31 Oct, 2003 By: Erik Gruenwedel


A group of Canadian music and video retailers representing more than 300 outlets in the country last week began pulling all Rolling Stones CDs and DVDs, and related material.

The boycott by Toronto-based Music World, HMV Canada and Sunrise Records, among others, is in response to the previously reported Nov. 11 scheduled release of Four Flicks, a four-DVD set to be sold exclusively in North America for four months by Best Buy and its Canadian Future Shop subsidiary (VSM, Oct. 12-18).

Longtime Stones concert promoter Michael Cohl created the Stones DVD exclusive for Best Buy independent of the group's label, EMI Recorded Music.

Best Buy's price of $29.99 in the U.S. and $39.99 in Canada for the DVD set edged offers from rival vendors, which would have been $20-$30 higher and “unacceptable to the Stones,” said Cohl in a statement.

“This has never happened in Canada before,” said Dan Kuczkowski, VP/GM of Music World, which is pulling $100,000 worth of product from its shelves. “Everyone has a [unique] opportunity when it comes to marketing and promoting an individual retailer by adding a sampler, poster or CD single. But this is a whole different thing.”

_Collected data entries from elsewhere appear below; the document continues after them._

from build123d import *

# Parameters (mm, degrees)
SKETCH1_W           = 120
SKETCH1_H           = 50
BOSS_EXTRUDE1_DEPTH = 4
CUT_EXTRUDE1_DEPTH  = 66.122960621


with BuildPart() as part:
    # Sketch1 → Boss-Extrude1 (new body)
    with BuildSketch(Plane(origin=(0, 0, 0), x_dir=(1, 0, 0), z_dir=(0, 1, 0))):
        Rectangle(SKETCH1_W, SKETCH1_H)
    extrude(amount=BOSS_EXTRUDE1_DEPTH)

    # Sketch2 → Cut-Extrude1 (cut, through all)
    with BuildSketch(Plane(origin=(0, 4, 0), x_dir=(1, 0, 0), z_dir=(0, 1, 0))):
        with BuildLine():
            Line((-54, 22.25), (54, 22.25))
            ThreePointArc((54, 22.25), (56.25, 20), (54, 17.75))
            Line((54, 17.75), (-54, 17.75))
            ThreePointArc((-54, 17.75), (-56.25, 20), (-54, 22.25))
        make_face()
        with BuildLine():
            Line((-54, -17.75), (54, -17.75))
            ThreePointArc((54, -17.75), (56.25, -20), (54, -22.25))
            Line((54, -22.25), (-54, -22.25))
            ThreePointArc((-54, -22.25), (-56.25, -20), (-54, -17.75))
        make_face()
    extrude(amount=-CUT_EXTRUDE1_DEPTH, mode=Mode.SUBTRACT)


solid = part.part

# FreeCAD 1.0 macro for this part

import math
import FreeCAD as App
import Part
import Sketcher

V = App.Vector
Q = App.Units.Quantity

doc = App.newDocument("Part")
body = doc.addObject("PartDesign::Body", "Body")

sketch1 = body.newObject("Sketcher::SketchObject", "Sketch")
sketch1.AttachmentSupport = (doc.getObject("XZ_Plane"), [""])
sketch1.MapMode = "FlatFace"
sketch1.addGeometry([
    Part.LineSegment(V(-60, -25, 0), V(-60, 25, 0)),
    Part.LineSegment(V(-60, 25, 0), V(60, 25, 0)),
    Part.LineSegment(V(60, 25, 0), V(60, -25, 0)),
    Part.LineSegment(V(60, -25, 0), V(-60, -25, 0)),
], False)
sketch1.addConstraint([
    Sketcher.Constraint("Coincident", 0, 2, 1, 1),
    Sketcher.Constraint("Coincident", 1, 2, 2, 1),
    Sketcher.Constraint("Coincident", 2, 2, 3, 1),
    Sketcher.Constraint("Coincident", 3, 2, 0, 1),
    Sketcher.Constraint("Vertical", 0),
    Sketcher.Constraint("Horizontal", 1),
    Sketcher.Constraint("Vertical", 2),
    Sketcher.Constraint("Horizontal", 3),
    Sketcher.Constraint("Symmetric", 0, 2, 2, 2, -1, 1),
    Sketcher.Constraint("DistanceX", 1, 1, 1, 2, Q("120 mm")),
    Sketcher.Constraint("DistanceY", 0, 1, 0, 2, Q("50 mm")),
])
pad1 = body.newObject("PartDesign::Pad", "Pad")
pad1.Profile = sketch1
pad1.Length = 4
pad1.Reversed = True

sketch2 = body.newObject("Sketcher::SketchObject", "Sketch001")
sketch2.AttachmentSupport = (doc.getObject("XZ_Plane"), [""])
sketch2.MapMode = "FlatFace"
sketch2.AttachmentOffset = App.Placement(V(0, 0, -4), App.Rotation())
sketch2.addGeometry([
    Part.LineSegment(V(54, -22.25, 0), V(-54, -22.25, 0)),
    Part.ArcOfCircle(Part.Circle(V(-54, -20, 0), V(0, 0, 1), 2.25), math.radians(90), math.radians(270)),
    Part.LineSegment(V(-54, -17.75, 0), V(54, -17.75, 0)),
    Part.ArcOfCircle(Part.Circle(V(54, -20, 0), V(0, 0, 1), 2.25), math.radians(-90), math.radians(90)),
    Part.LineSegment(V(54, 17.75, 0), V(-54, 17.75, 0)),
    Part.ArcOfCircle(Part.Circle(V(-54, 20, 0), V(0, 0, 1), 2.25), math.radians(90), math.radians(270)),
    Part.LineSegment(V(-54, 22.25, 0), V(54, 22.25, 0)),
    Part.ArcOfCircle(Part.Circle(V(54, 20, 0), V(0, 0, 1), 2.25), math.radians(-90), math.radians(90)),
], False)
sketch2.addConstraint([
    Sketcher.Constraint("Tangent", 0, 2, 1, 2),
    Sketcher.Constraint("Tangent", 1, 1, 2, 1),
    Sketcher.Constraint("Tangent", 2, 2, 3, 2),
    Sketcher.Constraint("Tangent", 3, 1, 0, 1),
    Sketcher.Constraint("Tangent", 4, 2, 5, 2),
    Sketcher.Constraint("Tangent", 5, 1, 6, 1),
    Sketcher.Constraint("Tangent", 6, 2, 7, 2),
    Sketcher.Constraint("Tangent", 7, 1, 4, 1),
    Sketcher.Constraint("Horizontal", 0),
    Sketcher.Constraint("Horizontal", 2),
    Sketcher.Constraint("Horizontal", 4),
    Sketcher.Constraint("Horizontal", 6),
    Sketcher.Constraint("Equal", 3, 5),
    Sketcher.Constraint("Symmetric", 3, 3, 5, 3, -1, 1),
    Sketcher.Constraint("Vertical", 1, 3, 5, 3),
    Sketcher.Constraint("Vertical", 3, 3, 7, 3),
    Sketcher.Constraint("DistanceX", 0, 2, 0, 1, Q("108 mm")),
    Sketcher.Constraint("Radius", 1, Q("2.25 mm")),
    Sketcher.Constraint("DistanceY", 1, 3, -1, 1, Q("20 mm")),
])
pocket1 = body.newObject("PartDesign::Pocket", "Pocket")
pocket1.Profile = sketch2
pocket1.Type = "ThroughAll"
pocket1.Reversed = True

doc.recompute()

Kuczkowski, whose mall-based Music World derives about 30 percent of its revenue from DVD/VHS, said the Best Buy deal implies the chain is not “good enough” to carry the compilation in the biggest quarter of the year. “This is the time that makes or breaks a lot of retailers,” he said. “What's going to happen when the next Britney Spears product comes out, and it's only available at Wal-Mart? I just can't sit here and not do anything about it.”

Reaction in the United States appeared confined to 24-store Newbury Comics in Brighton, Mass., which said it would scale back from 45 Stones titles to 15 and reportedly raise unit prices more than 18 percent. “If enough people take a stand on this kind of stuff there certainly will be an impact,” said Mike Dreese, CEO of Newbury Comics.

With traditional music retailers accounting for 70 percent of Canadian music and DVD sales, the exclusive will reach about 15 percent of the market, according to Tim Baker, head buyer at Sunrise Records. “We object that Canada is always lumped together with the United States as an afterthought when determining North America distribution deals,” Baker said. Baker criticized U.S. music retailers and the record companies for allowing the nontraditional retailers like Best Buy and Wal-Mart to take over the music business. “Our customer does not want to go into a store to buy music where they can also buy washing machines and dishwashers,” Baker said.

HMV Canada president Humphrey Kadaner said the Stones boycott will cost his company up to $1 million in lost revenue through the holidays.